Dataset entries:
^^^^^^^^
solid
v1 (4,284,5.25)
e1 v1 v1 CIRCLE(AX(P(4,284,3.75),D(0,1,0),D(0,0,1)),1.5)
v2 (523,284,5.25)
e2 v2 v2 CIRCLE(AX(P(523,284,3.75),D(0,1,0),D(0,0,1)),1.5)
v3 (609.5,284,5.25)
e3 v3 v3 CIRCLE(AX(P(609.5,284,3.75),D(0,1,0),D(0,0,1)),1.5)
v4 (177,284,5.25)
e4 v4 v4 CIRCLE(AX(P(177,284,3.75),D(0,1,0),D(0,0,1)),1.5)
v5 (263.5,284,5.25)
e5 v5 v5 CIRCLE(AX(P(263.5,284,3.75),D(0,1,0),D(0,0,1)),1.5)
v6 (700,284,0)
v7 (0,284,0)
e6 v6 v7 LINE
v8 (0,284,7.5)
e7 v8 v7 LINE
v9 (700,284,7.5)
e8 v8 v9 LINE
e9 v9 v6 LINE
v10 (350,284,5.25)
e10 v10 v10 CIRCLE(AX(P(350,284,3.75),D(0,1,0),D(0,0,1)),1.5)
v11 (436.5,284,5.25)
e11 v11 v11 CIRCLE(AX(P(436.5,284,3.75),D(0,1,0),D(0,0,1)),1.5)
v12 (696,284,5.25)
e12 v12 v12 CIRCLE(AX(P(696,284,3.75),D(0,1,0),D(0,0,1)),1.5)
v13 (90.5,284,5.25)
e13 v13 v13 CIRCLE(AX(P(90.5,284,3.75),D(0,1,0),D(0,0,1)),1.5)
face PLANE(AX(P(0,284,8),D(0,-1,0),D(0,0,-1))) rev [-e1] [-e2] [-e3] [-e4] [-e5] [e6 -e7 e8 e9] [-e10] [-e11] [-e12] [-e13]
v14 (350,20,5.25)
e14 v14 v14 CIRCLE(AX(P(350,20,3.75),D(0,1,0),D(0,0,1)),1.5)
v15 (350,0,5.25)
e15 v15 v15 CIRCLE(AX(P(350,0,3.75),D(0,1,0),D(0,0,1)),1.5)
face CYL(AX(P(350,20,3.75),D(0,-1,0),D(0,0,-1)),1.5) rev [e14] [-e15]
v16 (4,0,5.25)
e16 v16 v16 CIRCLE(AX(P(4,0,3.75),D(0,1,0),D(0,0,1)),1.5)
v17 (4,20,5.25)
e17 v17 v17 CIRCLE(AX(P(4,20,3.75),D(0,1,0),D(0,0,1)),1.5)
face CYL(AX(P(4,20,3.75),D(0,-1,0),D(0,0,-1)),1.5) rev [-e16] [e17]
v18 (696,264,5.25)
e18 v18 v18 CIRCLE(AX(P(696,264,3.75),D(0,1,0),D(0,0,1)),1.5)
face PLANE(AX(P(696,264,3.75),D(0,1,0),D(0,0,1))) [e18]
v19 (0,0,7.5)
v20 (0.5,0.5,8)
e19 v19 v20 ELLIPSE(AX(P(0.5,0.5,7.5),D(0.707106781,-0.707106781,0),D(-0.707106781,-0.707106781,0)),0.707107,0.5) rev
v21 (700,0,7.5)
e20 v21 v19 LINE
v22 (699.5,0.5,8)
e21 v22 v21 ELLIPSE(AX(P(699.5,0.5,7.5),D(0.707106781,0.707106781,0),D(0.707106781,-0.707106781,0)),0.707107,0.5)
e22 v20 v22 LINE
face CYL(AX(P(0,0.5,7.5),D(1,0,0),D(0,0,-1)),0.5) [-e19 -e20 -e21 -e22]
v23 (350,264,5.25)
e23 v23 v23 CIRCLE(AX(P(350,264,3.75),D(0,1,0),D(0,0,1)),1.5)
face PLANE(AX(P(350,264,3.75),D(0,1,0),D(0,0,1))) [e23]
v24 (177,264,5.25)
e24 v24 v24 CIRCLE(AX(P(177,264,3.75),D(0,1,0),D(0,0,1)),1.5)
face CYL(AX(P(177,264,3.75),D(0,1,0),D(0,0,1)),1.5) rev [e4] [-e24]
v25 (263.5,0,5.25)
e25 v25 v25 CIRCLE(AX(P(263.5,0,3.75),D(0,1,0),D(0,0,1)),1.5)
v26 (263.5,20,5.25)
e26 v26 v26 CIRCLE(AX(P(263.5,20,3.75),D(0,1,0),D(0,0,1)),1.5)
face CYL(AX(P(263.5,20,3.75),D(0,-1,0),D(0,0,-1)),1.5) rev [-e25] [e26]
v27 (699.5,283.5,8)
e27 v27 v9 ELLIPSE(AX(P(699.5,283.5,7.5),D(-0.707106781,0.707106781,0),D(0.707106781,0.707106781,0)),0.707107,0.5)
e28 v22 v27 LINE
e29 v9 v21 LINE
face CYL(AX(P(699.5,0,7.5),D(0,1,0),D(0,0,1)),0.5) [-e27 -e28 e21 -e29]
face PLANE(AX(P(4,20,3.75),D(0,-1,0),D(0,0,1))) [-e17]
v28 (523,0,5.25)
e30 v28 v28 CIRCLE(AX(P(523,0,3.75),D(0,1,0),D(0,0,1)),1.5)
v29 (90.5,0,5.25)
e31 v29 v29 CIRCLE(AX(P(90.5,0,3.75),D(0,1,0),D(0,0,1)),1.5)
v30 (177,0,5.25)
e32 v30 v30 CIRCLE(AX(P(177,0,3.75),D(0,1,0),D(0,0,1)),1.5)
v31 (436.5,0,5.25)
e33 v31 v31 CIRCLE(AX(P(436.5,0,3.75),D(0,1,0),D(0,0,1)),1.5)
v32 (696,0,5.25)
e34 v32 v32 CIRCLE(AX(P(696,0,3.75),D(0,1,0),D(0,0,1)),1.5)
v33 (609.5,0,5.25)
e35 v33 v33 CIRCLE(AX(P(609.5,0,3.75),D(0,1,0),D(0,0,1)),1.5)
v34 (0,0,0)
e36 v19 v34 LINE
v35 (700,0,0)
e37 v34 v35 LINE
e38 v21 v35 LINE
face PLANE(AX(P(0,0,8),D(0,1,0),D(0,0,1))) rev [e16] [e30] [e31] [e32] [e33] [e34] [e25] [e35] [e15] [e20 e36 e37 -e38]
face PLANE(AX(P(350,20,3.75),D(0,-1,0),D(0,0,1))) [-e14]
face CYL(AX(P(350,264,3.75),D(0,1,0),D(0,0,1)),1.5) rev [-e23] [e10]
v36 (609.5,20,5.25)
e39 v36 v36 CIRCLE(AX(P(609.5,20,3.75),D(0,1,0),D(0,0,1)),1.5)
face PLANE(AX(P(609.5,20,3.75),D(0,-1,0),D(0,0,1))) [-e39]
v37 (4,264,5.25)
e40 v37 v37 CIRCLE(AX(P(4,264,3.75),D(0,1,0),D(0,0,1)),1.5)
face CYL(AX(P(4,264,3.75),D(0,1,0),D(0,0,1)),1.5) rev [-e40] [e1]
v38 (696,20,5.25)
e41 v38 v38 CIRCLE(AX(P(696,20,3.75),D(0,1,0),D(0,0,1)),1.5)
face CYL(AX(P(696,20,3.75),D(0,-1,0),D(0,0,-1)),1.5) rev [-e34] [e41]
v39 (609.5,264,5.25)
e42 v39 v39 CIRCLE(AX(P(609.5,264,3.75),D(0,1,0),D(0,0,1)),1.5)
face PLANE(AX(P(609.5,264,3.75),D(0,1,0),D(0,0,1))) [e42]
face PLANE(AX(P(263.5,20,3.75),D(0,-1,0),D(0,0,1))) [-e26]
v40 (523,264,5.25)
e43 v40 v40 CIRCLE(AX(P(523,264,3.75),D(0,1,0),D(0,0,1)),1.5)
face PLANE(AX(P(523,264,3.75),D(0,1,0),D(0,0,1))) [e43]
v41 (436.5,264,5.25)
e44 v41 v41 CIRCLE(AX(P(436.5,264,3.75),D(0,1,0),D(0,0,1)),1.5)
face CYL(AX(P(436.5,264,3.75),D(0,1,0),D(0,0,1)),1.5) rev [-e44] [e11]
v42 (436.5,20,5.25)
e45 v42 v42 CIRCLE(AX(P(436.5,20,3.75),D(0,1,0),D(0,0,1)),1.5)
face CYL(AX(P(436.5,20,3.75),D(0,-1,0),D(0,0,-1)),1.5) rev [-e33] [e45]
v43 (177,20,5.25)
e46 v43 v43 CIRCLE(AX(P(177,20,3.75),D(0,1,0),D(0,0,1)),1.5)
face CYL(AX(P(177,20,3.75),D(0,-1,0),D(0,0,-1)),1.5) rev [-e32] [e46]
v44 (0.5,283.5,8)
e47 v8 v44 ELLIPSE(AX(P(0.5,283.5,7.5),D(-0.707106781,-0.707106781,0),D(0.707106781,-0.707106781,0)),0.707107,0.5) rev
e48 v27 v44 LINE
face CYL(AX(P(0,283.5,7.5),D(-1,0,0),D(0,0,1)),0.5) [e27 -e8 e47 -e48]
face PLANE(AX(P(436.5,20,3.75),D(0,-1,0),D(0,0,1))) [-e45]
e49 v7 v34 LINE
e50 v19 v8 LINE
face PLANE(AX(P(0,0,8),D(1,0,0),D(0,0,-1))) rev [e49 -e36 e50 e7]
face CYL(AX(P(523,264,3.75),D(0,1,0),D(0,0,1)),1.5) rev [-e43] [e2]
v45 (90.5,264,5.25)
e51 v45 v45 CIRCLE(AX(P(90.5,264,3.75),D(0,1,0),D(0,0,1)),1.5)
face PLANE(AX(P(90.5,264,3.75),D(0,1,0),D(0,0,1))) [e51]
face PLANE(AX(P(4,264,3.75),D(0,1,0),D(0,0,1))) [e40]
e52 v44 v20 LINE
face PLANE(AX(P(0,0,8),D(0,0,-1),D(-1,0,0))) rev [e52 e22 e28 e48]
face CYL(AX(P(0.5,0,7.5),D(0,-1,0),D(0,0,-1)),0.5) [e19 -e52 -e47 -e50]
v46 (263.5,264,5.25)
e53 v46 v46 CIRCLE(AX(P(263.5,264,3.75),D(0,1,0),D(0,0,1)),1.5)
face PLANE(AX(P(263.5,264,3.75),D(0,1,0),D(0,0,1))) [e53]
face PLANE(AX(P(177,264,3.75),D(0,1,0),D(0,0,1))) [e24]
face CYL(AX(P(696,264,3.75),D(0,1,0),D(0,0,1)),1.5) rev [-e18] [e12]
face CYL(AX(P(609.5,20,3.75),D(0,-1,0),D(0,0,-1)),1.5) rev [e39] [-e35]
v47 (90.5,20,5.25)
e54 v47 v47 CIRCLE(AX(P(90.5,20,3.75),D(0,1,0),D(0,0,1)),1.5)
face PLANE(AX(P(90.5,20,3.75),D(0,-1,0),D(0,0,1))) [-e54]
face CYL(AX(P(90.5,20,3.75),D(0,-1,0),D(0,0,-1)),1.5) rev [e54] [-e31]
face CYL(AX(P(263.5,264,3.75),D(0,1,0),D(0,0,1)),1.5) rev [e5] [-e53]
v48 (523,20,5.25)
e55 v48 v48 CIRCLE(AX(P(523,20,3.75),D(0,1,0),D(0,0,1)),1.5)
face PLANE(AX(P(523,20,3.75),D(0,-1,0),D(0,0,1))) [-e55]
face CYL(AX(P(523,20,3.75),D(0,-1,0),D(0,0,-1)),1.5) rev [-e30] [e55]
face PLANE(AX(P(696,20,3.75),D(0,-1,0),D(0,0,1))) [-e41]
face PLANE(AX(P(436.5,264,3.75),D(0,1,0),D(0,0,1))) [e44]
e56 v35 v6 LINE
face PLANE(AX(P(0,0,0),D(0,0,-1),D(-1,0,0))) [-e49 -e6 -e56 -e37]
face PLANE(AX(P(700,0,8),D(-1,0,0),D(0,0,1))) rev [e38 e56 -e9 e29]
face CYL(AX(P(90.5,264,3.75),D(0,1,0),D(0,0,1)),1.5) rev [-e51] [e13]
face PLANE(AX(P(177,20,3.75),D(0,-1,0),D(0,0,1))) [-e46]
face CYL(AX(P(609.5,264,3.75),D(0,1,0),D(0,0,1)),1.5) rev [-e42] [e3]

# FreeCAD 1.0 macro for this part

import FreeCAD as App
import Part
import Sketcher
from FreeCAD import Vector
Q = App.Units.Quantity


def edges_at(feature, points):
    """Names of the edges that pass closest to the given points."""
    edges = feature.Shape.Edges
    near = lambda p: min(range(len(edges)), key=lambda i: edges[i].distToShape(Part.Vertex(*p))[0])
    return sorted({f"Edge{near(p) + 1}" for p in points})

doc = App.newDocument("Part")
body = doc.addObject("PartDesign::Body", "Body")

# Sketch on XY plane
sketch1 = body.newObject("Sketcher::SketchObject", "Sketch")
sketch1.AttachmentSupport = (doc.getObject("XY_Plane"), [""])
sketch1.MapMode = "FlatFace"
sketch1.addGeometry(Part.LineSegment(Vector(0, 284, 0), Vector(0, 0, 0)), False)
sketch1.addGeometry(Part.LineSegment(Vector(0, 0, 0), Vector(700, 0, 0)), False)
sketch1.addGeometry(Part.LineSegment(Vector(700, 0, 0), Vector(700, 284, 0)), False)
sketch1.addGeometry(Part.LineSegment(Vector(700, 284, 0), Vector(0, 284, 0)), False)
sketch1.addConstraint(Sketcher.Constraint("Coincident", 0, 2, 1, 1))
sketch1.addConstraint(Sketcher.Constraint("Coincident", 1, 2, 2, 1))
sketch1.addConstraint(Sketcher.Constraint("Coincident", 2, 2, 3, 1))
sketch1.addConstraint(Sketcher.Constraint("Coincident", 3, 2, 0, 1))
sketch1.addConstraint(Sketcher.Constraint("Vertical", 0))
sketch1.addConstraint(Sketcher.Constraint("Horizontal", 1))
sketch1.addConstraint(Sketcher.Constraint("Vertical", 2))
sketch1.addConstraint(Sketcher.Constraint("Horizontal", 3))
sketch1.addConstraint(Sketcher.Constraint("Coincident", 0, 2, -1, 1))
sketch1.addConstraint(Sketcher.Constraint("DistanceX", 1, 1, 1, 2, Q("700 mm")))
sketch1.addConstraint(Sketcher.Constraint("DistanceY", 0, 2, 0, 1, Q("284 mm")))
pad1 = body.newObject("PartDesign::Pad", "Pad")
pad1.Profile = sketch1
pad1.Length = 8
doc.recompute()

fillet = body.newObject("PartDesign::Fillet", "Fillet")
fillet.Base = (pad1, edges_at(pad1, [
    (700, 142, 8),
    (350, 284, 8),
    (0, 142, 8),
    (350, 0, 8),
]))
fillet.Radius = 0.5

# Sketch on XZ plane
sketch2 = body.newObject("Sketcher::SketchObject", "Sketch001")
sketch2.AttachmentSupport = (doc.getObject("XZ_Plane"), [""])
sketch2.MapMode = "FlatFace"
sketch2.AttachmentOffset = App.Placement(Vector(0, 0, -284), App.Rotation())
sketch2.addGeometry(Part.Circle(Vector(4, 3.8, 0), Vector(0, 0, 1), 1.5), False)
sketch2.addConstraint(Sketcher.Constraint("Diameter", 0, Q("3 mm")))
sketch2.addConstraint(Sketcher.Constraint("DistanceX", -1, 1, 0, 3, Q("4 mm")))
sketch2.addConstraint(Sketcher.Constraint("DistanceY", -1, 1, 0, 3, Q("3.75 mm")))
pocket1 = body.newObject("PartDesign::Pocket", "Pocket")
pocket1.Profile = sketch2
pocket1.Length = 20
pocket1.Reversed = True
doc.recompute()

linearpattern = body.newObject("PartDesign::LinearPattern", "LinearPattern")
linearpattern.Originals = [pocket1]
linearpattern.Direction = (doc.getObject("X_Axis"), [""])
linearpattern.Mode = "offset"
linearpattern.Offset = 86.5
linearpattern.Occurrences = 9
body.Tip = linearpattern
doc.recompute()

datumplane = body.newObject("PartDesign::Plane", "DatumPlane")
datumplane.AttachmentSupport = (doc.getObject("XZ_Plane"), [""])
datumplane.MapMode = "FlatFace"
datumplane.AttachmentOffset = App.Placement(Vector(0, 0, -142), App.Rotation())
mirrored = body.newObject("PartDesign::Mirrored", "Mirrored")
mirrored.Originals = [pocket1]
mirrored.MirrorPlane = (datumplane, [""])
body.Tip = mirrored

# Sketch on XZ plane
sketch3 = body.newObject("Sketcher::SketchObject", "Sketch002")
sketch3.AttachmentSupport = (doc.getObject("XZ_Plane"), [""])
sketch3.MapMode = "FlatFace"
sketch3.addGeometry(Part.Circle(Vector(90.5, 3.8, 0), Vector(0, 0, 1), 1.5), False)
sketch3.addConstraint(Sketcher.Constraint("Diameter", 0, Q("3 mm")))
sketch3.addConstraint(Sketcher.Constraint("DistanceX", -1, 1, 0, 3, Q("90.5 mm")))
sketch3.addConstraint(Sketcher.Constraint("DistanceY", -1, 1, 0, 3, Q("3.75 mm")))
pocket2 = body.newObject("PartDesign::Pocket", "Pocket001")
pocket2.Profile = sketch3
pocket2.Length = 20

# Sketch on XZ plane
sketch4 = body.newObject("Sketcher::SketchObject", "Sketch003")
sketch4.AttachmentSupport = (doc.getObject("XZ_Plane"), [""])
sketch4.MapMode = "FlatFace"
sketch4.addGeometry(Part.Circle(Vector(177, 3.8, 0), Vector(0, 0, 1), 1.5), False)
sketch4.addConstraint(Sketcher.Constraint("Diameter", 0, Q("3 mm")))
sketch4.addConstraint(Sketcher.Constraint("DistanceX", -1, 1, 0, 3, Q("177 mm")))
sketch4.addConstraint(Sketcher.Constraint("DistanceY", -1, 1, 0, 3, Q("3.75 mm")))
pocket3 = body.newObject("PartDesign::Pocket", "Pocket002")
pocket3.Profile = sketch4
pocket3.Length = 20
^^^^^^^^
What to do:
From the records above, give again exactly the lines running from the line with "face CYL(AX(P(699.5,0,7.5),D(0,1,0),D(0,0,1)),0.5) [-e27" to the line with "v31 (436.5,0,5.25)", inclusive.

Reply:
face CYL(AX(P(699.5,0,7.5),D(0,1,0),D(0,0,1)),0.5) [-e27 -e28 e21 -e29]
face PLANE(AX(P(4,20,3.75),D(0,-1,0),D(0,0,1))) [-e17]
v28 (523,0,5.25)
e30 v28 v28 CIRCLE(AX(P(523,0,3.75),D(0,1,0),D(0,0,1)),1.5)
v29 (90.5,0,5.25)
e31 v29 v29 CIRCLE(AX(P(90.5,0,3.75),D(0,1,0),D(0,0,1)),1.5)
v30 (177,0,5.25)
e32 v30 v30 CIRCLE(AX(P(177,0,3.75),D(0,1,0),D(0,0,1)),1.5)
v31 (436.5,0,5.25)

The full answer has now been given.